Regierung rüstet für die Cyberkrise Experte im Kanzleramt: „Die Angriffe werden immer gefinkelter.“
WIEN. Für die Cybersicherheit der Republik sind in Österreich das Kanzleramt, das Innenministerium, das Außenamt und das Verteidigungsministerium zuständig. Dem Kanzleramt obliegt das Strategische, zugleich ist es Koordinierungsstelle und – bei Alarm in der Verwaltung – auch die Cyberfeuerwehr (GovCERT).
2020 sei ein „sehr herausforderndes Jahr“gewesen, sagt Clemens Möslinger, Abteilungsleiter für strategische Cybersicherheit im Kanzleramt. Es begann mit dem schweren Angriff aufs Außenministerium, dann kam mit Corona die Zeit des Homeoffice in weiten Teilen der Bundesverwaltung. „Die Angriffe werden deutlich mehr, sie werden immer gefinkelter und besser koordiniert“, sagt Möslinger.
Bei der Mehrheit der Attacken seien nicht staatliche Akteure (wie bei jener aufs Außenamt sofort vermutet) am Werk, wenn aber doch, „geht’s um Daten“(sprich: Ausspionieren). Häufig, so Möslinger, seien Attacken von Hackern, „die schauen, was geht. Denen ist es egal, ob es die OMV oder das Finanzministerium ist, die wollen Geld machen.“Die Schaltstellen der Republik – die 13 Ministerien, ihre Dienststellen,
Register und Serviceangebote (Zentrales Melderegister, ELGA, finanzonline etc.) – sieht der Experte „ganz gut aufgestellt. Perfekt und 100 Prozent gibt’s in der IT nie.“
Derzeit ist jedes Ressort selbst für seine IT und deren Cybersicherheit zuständig, gleichzeitig sind alle miteinander vernetzt. Ob da nicht ein System für alle klüger wäre? Möslinger: „Wir wollen es besser machen.“Das Außenamt, betont er, sei nach dem Angriff intensiv abgesichert worden. „Es hat viel Energie und Ressourcen in seine Netzwerke gesteckt, so etwas wie im Jänner 2020 sollte nicht mehr passieren.“
Das relativ junge gesetzliche Fundament in Sachen Cybersicherheit ist das Netz- und Informationssystemsicherheitsgesetz, kurz NIS. Es trat 2018 in Kraft. Seither sind in Betrieben der kritischen Infrastruktur
und von Betreibern „wesentlicher Dienste“verpflichtend Schutzvorkehrungen zu treffen; das Innenministerium muss alle drei Jahre kontrollieren. Das gilt u. a. für die großen Energieversorger, für Verkehrsbetriebe und für den Gesundheitssektor. Die Ministerien unterliegen prinzipiell dem NIS, die Bundesländer konnten es übernehmen.
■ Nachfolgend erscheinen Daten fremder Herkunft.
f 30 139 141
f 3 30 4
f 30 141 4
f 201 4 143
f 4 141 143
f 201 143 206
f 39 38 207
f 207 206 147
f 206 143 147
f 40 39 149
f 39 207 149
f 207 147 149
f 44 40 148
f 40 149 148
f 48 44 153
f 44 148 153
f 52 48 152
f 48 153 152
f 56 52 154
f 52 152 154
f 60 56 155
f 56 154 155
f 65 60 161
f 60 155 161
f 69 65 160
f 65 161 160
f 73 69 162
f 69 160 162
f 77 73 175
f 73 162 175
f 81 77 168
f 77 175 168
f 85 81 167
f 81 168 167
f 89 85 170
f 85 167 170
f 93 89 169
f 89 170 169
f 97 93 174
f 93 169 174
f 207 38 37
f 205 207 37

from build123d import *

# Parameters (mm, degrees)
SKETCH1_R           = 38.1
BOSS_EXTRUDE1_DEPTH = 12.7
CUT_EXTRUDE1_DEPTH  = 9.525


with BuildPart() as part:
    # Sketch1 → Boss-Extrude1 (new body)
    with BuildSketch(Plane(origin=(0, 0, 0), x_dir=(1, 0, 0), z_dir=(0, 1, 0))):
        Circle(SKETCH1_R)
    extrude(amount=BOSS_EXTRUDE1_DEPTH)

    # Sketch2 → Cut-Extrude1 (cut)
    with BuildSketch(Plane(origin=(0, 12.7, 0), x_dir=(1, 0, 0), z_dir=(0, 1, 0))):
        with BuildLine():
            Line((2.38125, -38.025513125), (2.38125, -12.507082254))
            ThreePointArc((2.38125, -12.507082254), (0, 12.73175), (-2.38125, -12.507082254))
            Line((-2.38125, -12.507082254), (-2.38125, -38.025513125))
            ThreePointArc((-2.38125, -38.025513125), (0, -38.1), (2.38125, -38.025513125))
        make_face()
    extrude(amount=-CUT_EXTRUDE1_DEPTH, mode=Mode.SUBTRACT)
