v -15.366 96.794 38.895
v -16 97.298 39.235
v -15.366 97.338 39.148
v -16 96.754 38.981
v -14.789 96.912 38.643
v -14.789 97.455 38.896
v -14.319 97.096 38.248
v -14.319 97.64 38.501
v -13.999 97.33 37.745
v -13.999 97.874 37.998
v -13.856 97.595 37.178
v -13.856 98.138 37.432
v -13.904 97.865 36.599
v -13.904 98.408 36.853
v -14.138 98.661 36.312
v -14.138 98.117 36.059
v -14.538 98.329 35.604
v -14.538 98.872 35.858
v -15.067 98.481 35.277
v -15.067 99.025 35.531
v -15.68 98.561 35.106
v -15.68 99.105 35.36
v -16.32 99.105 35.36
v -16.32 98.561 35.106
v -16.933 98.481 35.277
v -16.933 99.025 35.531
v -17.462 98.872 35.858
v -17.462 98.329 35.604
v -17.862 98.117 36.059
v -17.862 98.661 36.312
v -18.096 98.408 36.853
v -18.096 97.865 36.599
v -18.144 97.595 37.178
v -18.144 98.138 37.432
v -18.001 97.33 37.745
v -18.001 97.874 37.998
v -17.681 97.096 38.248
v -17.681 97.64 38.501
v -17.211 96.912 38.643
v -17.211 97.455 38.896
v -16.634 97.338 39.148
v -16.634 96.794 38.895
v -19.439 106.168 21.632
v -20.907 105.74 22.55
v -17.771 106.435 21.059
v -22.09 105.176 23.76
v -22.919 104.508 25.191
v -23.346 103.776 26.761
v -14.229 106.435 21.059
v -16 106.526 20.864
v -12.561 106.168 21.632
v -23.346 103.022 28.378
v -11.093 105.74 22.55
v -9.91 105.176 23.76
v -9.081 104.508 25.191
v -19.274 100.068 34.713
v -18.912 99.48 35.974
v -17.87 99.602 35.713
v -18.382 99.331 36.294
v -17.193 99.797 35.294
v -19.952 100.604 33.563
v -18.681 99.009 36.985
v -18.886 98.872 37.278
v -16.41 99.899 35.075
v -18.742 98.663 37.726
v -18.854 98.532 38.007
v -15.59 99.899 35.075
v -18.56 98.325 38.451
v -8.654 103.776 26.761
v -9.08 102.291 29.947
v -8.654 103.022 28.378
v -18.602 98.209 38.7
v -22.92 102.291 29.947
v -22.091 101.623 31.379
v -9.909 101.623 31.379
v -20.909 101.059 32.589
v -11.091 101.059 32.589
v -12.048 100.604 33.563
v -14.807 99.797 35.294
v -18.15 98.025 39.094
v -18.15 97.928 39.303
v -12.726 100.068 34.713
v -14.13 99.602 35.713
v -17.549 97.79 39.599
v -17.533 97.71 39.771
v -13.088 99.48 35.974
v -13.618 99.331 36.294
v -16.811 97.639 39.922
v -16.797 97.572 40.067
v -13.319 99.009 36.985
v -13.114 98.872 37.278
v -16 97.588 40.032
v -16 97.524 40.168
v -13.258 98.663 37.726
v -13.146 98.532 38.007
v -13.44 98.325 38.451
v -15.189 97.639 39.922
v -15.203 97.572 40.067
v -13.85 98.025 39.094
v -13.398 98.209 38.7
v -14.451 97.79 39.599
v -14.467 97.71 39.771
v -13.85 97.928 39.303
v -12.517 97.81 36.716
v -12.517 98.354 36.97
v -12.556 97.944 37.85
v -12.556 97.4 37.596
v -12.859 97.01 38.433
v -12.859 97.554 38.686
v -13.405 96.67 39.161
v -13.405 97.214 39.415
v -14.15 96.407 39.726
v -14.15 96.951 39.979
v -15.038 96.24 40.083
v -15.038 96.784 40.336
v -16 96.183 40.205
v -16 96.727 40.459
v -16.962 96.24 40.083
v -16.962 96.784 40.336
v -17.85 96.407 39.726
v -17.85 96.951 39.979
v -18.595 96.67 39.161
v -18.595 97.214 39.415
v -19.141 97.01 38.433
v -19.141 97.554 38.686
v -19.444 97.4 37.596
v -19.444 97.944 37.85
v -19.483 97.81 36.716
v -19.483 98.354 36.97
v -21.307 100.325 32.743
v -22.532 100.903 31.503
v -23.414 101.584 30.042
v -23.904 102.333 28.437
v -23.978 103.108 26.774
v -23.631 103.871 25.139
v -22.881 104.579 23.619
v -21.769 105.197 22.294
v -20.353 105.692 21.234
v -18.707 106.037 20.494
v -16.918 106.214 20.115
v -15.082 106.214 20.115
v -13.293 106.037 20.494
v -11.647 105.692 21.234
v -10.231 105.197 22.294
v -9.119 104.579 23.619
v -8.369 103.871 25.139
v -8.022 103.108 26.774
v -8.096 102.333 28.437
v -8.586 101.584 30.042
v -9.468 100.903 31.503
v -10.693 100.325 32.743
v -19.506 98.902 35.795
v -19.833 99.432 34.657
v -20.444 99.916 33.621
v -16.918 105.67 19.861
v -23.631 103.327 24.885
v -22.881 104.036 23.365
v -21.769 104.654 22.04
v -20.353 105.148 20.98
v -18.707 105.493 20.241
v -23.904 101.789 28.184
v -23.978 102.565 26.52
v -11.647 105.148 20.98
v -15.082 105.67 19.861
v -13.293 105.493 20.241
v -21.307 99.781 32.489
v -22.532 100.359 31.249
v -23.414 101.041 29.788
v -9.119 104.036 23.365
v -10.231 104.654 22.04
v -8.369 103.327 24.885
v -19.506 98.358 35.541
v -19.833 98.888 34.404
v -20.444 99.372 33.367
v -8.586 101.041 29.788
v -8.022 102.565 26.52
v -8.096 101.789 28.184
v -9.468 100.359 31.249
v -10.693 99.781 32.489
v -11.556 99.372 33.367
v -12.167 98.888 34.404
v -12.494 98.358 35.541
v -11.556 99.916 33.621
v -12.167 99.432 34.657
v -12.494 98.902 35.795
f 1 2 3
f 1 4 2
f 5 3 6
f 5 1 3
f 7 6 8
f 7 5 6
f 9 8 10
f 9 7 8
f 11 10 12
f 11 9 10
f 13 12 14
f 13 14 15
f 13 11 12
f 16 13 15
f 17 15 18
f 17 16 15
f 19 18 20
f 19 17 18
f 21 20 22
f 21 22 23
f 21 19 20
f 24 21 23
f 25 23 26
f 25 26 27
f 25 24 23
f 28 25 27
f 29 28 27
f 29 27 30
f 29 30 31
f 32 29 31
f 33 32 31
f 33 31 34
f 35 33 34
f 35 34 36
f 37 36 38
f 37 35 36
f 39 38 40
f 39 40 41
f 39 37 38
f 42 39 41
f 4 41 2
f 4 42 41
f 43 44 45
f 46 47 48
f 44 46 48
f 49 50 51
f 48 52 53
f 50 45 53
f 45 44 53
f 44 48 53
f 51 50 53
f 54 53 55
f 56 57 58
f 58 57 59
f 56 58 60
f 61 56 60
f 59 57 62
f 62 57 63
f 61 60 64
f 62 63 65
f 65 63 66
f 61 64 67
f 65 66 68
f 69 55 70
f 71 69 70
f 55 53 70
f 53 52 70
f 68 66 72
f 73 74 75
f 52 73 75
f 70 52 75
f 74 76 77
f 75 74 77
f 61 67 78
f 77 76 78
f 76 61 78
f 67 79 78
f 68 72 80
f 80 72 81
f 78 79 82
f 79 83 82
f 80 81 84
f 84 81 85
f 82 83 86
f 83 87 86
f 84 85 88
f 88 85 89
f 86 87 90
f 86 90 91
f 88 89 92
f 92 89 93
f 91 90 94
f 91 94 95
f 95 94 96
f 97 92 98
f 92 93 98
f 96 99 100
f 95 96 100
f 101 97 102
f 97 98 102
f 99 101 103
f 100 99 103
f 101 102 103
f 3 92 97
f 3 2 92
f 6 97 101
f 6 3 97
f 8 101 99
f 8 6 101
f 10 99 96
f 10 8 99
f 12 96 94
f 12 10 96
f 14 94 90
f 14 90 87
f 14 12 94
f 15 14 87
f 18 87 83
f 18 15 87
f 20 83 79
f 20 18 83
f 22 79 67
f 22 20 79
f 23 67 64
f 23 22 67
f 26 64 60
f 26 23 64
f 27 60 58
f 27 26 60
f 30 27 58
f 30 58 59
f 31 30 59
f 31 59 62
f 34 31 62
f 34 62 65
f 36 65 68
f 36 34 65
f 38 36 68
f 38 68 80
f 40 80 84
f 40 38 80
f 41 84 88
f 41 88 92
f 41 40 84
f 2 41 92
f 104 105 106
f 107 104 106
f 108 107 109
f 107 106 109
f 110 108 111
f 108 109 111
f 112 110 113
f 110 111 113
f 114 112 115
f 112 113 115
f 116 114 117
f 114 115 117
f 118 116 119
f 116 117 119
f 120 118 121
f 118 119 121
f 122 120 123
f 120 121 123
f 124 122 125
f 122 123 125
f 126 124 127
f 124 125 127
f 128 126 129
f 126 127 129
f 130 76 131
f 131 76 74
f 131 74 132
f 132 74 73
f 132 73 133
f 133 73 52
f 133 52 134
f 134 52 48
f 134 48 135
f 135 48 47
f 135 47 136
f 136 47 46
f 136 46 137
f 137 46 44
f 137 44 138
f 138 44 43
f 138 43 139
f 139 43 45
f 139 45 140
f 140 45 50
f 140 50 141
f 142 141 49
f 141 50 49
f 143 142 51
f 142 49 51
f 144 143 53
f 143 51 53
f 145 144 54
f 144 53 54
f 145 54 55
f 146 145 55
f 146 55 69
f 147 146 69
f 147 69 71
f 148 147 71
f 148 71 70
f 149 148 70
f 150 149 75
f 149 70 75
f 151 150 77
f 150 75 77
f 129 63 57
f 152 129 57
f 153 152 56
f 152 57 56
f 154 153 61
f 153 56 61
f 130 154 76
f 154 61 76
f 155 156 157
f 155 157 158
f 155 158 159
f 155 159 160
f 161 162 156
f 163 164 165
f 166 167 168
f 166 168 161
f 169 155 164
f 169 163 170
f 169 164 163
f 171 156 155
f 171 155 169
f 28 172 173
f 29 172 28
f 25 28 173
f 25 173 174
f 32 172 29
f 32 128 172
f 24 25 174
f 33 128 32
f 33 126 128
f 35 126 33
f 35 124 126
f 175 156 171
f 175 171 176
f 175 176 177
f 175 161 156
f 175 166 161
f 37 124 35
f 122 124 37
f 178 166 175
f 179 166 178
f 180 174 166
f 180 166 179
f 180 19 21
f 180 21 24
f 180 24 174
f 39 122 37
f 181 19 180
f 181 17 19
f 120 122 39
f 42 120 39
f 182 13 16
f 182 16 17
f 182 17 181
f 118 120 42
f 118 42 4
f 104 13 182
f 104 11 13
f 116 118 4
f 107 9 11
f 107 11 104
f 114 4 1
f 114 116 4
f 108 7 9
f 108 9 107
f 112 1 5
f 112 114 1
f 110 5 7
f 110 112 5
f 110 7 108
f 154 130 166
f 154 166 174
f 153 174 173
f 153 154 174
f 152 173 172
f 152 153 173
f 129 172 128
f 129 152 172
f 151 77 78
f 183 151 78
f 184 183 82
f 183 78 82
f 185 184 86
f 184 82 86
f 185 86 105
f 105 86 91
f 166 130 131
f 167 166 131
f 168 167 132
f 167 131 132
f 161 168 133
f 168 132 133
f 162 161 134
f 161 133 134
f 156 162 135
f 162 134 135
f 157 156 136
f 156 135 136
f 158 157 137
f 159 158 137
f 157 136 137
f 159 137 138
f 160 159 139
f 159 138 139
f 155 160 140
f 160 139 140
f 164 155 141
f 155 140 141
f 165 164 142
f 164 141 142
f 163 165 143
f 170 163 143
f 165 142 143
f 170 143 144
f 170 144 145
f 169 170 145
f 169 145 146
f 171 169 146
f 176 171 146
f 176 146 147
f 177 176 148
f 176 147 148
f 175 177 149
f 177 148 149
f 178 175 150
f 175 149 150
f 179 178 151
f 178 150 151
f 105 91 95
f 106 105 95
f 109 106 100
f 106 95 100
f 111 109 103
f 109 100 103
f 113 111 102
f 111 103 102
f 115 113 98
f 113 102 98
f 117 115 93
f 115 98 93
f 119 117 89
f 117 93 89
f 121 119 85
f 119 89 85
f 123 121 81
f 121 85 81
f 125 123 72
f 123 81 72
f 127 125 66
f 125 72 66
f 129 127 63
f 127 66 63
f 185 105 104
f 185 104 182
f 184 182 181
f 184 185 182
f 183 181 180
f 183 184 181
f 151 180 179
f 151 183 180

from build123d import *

# Parameters (mm, degrees)
PAD_DEPTH            = 1.2
CHAMFER_SIZE         = 0.6
BODY_PLACEMENT_ANGLE = 25


with BuildPart() as part:
    # Sketch027 → Pad (new body)
    with BuildSketch(Plane.XZ):
        with BuildLine():
            ThreePointArc((-5.306735, -5.013468), (0, -19), (5.306735, -5.013468))
            ThreePointArc((3.482545, -0.349116), (3.832911, -2.90098), (5.306735, -5.013468))
            ThreePointArc((3.482545, -0.349116), (0, 3.5), (-3.482545, -0.349116))
            ThreePointArc((-5.306735, -5.013468), (-3.832911, -2.90098), (-3.482545, -0.349116))
        make_face()
    extrude(amount=PAD_DEPTH)

    # Sketch030 → Groove (revolve, cut)
    with BuildSketch(Plane.YZ):
        Polygon((0, 2.75), (-0.6, 2.15), (-1.2, 2.15), (-1.2, 0), (0, 0), align=None)
    revolve(axis=Axis((0, 0, 0), (0, 1, 0)), mode=Mode.SUBTRACT)

    # Chamfer
    chamfer_edges = [part.edges().sort_by_distance(p)[0] for p in [
        (0, 0, -19),
    ]]
    chamfer(chamfer_edges, length=CHAMFER_SIZE)


with BuildPart() as part_1:
    # Body placement: moved
    add(part.part.moved(Location((-16, 98.75, 37.54))).rotate(Axis((-16, 98.75, 37.54), (1, 0, 0)), BODY_PLACEMENT_ANGLE))


solid = part_1.part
Das Gesetz, direkte Ansprechpartner im Innenministerium (auch zur Beratung), das regelmäßige Teilen von Informationen/Warnungen und viele persönliche Gespräche hätten in Sachen Prävention einiges bewirkt, heißt es im Innenministerium. Mit einem Gesetz in der Hand sei es einfacher, Vorstände zu überzeugen, dass in die IT-Sicherheit investiert und das nötige Personal angestellt werden muss. „Dass die Einschläge immer näher kommen, sieht man ja“, sagt ein BMI-Experte und verweist auf das nationale Computernotfallteam (CERT.at), an das sich alle Unternehmen wenden können, die Ziel einer Attacke wurden. Nachsatz: „Wir werden professioneller, die Angreifer auch.“
Der Innenminister kann kraft des Gesetzes eine Cyberkrise ausrufen. Das dann, wenn sie „massive Auswirkungen auf die Daseinsvorsorge“hat. Auslöser der Krise muss keine Attacke sein; große Ausfälle können auch passieren, wenn sich in Netzwerken Fehler potenzieren.